Doge of Venice from 1676 to 1684

Alvise Contarini (24 October 1601 – 15 January 1684) was the 106th Doge of Venice from his election on 26 August 1676 until his death in 1684. He was the eighth and final member of the House of Contarini to serve as Doge of Venice (with the first being Domenico I Contarini, who became Doge in 1043).

His reign was largely peaceful, as the Republic of Venice was still recovering from the defeat to the Ottoman Empire in the 1645–69 Cretan War. However, in the last days of Contarini's reign, hostilities with the Ottoman Empire were rekindled once again, and Venice soon entered the Sixth Ottoman-Venetian War, better known as the Morean War (1684–99).

==Biography==
Contarini was born in Venice as the third son of Nicolò Contarini and Elena Michiel; he was a nephew of Francesco Contarini, the 95th Doge of Venice, who had a one-year reign from 1623 to 1624. Alvise Contarini never married, dedicating his whole life to public service. He served as Venice's ambassador to the Ottoman Empire, Kingdom of France, Spain, the Dutch Republic, and to the Papal court. The King of France granted Contarini the title of chevalier.

During his time as savio, Contarini supported the party in the Great Council that called for a continuation of the war with the Ottoman Empire.

Upon the death of Nicolò Sagredo on 14 August 1676, it seemed a foregone conclusion that he would be succeeded as Doge by his popular brother Giovanni Sagredo. Giovanni Sagredo quickly secured the votes of thirty of the forty electors. His opponents, however, believed he had used fraudulent means to do so, and they therefore rioted. Alarmed, the Great Council chose forty new electors, and when these electors met on 26 August 1676, they decided on Alvise Contarini as a compromise candidate.

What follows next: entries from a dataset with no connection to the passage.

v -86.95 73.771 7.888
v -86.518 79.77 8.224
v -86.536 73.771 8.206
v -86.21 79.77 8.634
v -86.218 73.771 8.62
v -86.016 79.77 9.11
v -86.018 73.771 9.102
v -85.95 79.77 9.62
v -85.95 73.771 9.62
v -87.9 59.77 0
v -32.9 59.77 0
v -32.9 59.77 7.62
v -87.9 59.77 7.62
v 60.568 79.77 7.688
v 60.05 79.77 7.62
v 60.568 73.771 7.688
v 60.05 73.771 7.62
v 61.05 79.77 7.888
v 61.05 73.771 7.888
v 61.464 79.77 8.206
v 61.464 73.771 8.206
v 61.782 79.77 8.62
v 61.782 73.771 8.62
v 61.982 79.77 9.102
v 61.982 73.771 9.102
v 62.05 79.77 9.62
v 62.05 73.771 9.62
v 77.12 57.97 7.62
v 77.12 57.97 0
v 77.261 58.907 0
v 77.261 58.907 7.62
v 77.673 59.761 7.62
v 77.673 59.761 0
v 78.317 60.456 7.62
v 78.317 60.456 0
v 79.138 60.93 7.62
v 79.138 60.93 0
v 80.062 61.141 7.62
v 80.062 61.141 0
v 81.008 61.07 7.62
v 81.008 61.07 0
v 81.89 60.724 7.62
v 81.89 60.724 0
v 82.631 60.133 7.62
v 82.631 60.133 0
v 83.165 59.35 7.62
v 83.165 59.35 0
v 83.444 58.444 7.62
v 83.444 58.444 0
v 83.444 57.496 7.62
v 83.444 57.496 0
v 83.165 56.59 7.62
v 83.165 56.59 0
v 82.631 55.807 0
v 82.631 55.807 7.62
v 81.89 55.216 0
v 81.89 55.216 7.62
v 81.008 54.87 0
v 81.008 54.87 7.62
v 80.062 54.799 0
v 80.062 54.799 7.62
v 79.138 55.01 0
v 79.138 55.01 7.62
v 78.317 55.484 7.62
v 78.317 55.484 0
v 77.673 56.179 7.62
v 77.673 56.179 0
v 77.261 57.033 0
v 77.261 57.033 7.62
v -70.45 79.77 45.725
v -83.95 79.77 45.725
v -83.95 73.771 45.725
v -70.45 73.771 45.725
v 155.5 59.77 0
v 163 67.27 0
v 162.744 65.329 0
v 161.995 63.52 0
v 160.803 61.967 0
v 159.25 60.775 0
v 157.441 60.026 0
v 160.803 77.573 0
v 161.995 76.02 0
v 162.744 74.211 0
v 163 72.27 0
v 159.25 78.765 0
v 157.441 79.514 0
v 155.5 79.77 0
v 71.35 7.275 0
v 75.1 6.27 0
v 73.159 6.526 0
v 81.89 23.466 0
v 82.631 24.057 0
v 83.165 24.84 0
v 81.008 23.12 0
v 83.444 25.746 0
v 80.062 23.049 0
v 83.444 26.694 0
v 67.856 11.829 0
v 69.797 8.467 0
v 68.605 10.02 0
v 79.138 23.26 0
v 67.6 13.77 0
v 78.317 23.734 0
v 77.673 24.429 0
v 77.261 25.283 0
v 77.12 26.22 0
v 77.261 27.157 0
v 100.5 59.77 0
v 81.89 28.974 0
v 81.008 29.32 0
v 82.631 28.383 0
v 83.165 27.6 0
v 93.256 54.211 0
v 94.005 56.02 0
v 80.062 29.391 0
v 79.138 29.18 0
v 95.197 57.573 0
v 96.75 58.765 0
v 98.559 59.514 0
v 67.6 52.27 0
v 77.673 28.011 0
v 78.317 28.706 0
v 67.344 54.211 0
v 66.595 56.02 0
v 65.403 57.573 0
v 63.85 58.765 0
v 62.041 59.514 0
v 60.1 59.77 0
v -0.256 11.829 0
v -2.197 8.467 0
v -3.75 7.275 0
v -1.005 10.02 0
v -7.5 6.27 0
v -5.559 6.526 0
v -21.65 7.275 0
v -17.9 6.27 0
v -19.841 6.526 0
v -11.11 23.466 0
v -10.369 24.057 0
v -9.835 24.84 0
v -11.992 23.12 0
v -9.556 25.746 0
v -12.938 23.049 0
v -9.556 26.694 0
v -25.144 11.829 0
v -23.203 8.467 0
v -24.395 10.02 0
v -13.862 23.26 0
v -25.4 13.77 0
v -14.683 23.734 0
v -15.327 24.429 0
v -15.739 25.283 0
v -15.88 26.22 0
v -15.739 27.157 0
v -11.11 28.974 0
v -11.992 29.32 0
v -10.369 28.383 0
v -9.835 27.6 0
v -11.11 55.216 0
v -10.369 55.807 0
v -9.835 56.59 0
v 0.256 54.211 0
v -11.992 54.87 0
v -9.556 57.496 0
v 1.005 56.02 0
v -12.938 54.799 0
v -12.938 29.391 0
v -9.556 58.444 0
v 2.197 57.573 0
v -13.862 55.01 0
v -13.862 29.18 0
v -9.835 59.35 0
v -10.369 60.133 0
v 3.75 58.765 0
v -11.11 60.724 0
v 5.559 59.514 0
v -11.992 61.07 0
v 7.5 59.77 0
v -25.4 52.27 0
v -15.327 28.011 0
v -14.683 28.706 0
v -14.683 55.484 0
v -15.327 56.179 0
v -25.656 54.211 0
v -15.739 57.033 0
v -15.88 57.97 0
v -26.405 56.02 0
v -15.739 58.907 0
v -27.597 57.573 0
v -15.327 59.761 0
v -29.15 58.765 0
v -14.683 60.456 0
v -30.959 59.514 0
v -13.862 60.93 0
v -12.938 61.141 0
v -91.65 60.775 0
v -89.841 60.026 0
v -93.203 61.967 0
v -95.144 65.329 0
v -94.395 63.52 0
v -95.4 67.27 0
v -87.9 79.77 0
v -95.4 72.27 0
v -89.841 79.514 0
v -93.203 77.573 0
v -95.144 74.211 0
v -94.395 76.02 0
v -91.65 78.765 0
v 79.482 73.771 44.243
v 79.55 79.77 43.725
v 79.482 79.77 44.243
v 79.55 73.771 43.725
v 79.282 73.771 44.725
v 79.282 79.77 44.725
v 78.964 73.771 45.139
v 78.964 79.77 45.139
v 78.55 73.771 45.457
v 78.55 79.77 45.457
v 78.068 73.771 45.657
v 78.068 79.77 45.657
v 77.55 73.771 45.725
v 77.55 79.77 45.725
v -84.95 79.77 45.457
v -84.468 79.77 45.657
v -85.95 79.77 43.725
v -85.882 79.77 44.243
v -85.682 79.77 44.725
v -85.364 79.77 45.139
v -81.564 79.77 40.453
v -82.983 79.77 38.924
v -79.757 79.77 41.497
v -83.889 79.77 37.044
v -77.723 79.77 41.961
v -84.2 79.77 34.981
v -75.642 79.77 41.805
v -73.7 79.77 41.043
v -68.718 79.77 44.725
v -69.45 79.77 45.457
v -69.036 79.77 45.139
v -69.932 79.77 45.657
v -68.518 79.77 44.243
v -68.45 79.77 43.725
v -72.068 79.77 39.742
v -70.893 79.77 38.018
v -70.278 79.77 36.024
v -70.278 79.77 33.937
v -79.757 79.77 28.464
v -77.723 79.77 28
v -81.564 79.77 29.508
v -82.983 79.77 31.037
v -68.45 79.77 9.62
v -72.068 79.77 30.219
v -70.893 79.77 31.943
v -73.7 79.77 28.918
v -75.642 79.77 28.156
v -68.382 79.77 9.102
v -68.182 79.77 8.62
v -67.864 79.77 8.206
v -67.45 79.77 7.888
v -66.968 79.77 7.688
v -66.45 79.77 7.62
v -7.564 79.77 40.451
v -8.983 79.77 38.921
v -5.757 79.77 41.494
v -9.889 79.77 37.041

Most of Contarini's reign as Doge was occupied with festivities and fun, and he made little attempt to exercise strong dogal powers. Contarini did, however, oversee a major judicial reform in the early part of his reign. Also, many new relics were brought in from Crete (now under Ottoman control) and installed in Venetian churches during Contarini's reign.

Several notable firsts occurred in Contarini's reign. On 25 June 1678, Venetian mathematician Elena Cornaro Piscopia became the first woman in the world to receive a Doctor of Philosophy degree, from the University of Padua. In a first of a very different sort, Venice's first coffeehouse opened in 1683, and drinking coffee soon became immensely popular.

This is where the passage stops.